What the exercise asks ▸ Print exactly those lines that run from the beginning of the data to the line bearing "# FreeCAD 1.0 macro for this part", inclusive.

*** Records shown Section Begins ***

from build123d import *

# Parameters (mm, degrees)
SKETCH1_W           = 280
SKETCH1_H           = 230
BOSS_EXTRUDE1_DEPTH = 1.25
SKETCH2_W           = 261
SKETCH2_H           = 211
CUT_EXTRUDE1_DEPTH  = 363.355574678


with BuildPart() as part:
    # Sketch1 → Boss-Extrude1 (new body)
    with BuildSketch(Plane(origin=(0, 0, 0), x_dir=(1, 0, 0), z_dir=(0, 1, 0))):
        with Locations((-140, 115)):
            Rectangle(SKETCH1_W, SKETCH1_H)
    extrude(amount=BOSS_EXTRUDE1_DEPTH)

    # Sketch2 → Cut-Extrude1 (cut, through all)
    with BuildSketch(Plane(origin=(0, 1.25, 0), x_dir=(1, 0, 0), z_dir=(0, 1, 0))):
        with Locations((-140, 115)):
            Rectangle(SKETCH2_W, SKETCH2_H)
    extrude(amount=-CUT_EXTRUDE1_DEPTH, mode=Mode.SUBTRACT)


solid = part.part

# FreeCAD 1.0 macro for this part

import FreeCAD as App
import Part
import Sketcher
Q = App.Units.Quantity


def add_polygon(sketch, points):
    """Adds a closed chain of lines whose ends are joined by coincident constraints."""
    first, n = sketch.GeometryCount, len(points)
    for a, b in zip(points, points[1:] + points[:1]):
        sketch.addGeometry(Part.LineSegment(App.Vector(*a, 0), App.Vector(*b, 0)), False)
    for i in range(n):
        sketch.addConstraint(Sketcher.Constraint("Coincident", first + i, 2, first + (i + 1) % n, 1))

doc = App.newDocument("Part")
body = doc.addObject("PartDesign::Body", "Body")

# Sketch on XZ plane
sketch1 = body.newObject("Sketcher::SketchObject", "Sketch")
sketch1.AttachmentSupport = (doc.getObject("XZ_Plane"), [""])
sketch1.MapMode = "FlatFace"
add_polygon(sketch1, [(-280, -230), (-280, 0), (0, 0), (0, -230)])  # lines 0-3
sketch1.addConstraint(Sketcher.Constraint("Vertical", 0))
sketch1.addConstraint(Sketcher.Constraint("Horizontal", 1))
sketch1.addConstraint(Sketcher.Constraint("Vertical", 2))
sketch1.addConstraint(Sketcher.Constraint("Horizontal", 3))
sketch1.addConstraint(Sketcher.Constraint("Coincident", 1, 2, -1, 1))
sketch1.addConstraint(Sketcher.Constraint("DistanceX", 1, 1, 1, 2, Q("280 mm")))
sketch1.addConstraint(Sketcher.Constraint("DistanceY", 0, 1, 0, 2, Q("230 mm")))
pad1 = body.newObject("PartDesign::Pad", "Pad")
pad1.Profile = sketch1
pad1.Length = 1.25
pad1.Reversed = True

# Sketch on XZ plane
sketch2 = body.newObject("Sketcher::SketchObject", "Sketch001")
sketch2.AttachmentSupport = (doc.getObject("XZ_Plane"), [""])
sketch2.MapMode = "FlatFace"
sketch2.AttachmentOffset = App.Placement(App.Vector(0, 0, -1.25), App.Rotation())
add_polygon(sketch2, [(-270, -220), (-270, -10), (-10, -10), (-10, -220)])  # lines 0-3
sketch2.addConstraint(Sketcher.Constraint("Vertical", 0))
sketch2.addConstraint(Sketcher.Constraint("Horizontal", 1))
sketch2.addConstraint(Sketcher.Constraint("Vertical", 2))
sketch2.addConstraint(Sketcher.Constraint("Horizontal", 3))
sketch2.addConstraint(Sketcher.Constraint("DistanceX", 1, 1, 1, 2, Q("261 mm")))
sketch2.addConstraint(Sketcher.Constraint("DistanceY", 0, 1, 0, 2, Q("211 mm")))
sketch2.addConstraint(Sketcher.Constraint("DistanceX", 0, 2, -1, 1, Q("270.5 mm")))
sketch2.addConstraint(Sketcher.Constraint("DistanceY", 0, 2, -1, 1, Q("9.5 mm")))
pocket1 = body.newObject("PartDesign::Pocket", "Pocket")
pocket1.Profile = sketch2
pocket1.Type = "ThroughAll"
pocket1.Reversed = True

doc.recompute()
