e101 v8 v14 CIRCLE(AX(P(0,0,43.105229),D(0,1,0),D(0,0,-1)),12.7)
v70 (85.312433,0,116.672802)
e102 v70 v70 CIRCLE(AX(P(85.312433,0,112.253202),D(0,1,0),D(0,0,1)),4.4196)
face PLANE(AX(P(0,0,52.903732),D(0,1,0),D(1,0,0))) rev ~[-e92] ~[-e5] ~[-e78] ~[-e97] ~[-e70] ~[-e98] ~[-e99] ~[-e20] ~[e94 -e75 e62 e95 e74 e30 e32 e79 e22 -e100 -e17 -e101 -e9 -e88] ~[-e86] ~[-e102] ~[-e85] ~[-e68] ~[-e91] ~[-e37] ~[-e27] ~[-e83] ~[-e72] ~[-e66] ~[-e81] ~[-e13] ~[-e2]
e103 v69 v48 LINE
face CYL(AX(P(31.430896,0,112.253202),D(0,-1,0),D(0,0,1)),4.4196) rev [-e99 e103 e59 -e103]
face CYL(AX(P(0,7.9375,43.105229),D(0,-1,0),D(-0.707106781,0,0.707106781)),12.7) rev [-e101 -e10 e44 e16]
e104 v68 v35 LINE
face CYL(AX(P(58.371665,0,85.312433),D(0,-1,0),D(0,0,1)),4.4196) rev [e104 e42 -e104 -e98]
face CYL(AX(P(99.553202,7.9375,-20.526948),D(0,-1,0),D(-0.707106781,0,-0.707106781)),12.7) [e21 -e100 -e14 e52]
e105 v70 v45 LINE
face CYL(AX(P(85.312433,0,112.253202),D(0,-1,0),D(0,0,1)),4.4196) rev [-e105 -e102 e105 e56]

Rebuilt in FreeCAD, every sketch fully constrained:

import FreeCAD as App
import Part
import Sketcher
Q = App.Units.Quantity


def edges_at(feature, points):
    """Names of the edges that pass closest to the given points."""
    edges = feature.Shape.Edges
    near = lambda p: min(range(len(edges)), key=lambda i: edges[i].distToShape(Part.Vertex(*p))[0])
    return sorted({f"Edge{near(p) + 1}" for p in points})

*** Records shown Section Ends ***

Output of the exercise ▸
from build123d import *

# Parameters (mm, degrees)
SKETCH1_W           = 280
SKETCH1_H           = 230
BOSS_EXTRUDE1_DEPTH = 1.25
SKETCH2_W           = 261
SKETCH2_H           = 211
CUT_EXTRUDE1_DEPTH  = 363.355574678


with BuildPart() as part:
    # Sketch1 → Boss-Extrude1 (new body)
    with BuildSketch(Plane(origin=(0, 0, 0), x_dir=(1, 0, 0), z_dir=(0, 1, 0))):
        with Locations((-140, 115)):
            Rectangle(SKETCH1_W, SKETCH1_H)
    extrude(amount=BOSS_EXTRUDE1_DEPTH)

    # Sketch2 → Cut-Extrude1 (cut, through all)
    with BuildSketch(Plane(origin=(0, 1.25, 0), x_dir=(1, 0, 0), z_dir=(0, 1, 0))):
        with Locations((-140, 115)):
            Rectangle(SKETCH2_W, SKETCH2_H)
    extrude(amount=-CUT_EXTRUDE1_DEPTH, mode=Mode.SUBTRACT)


solid = part.part

# FreeCAD 1.0 macro for this part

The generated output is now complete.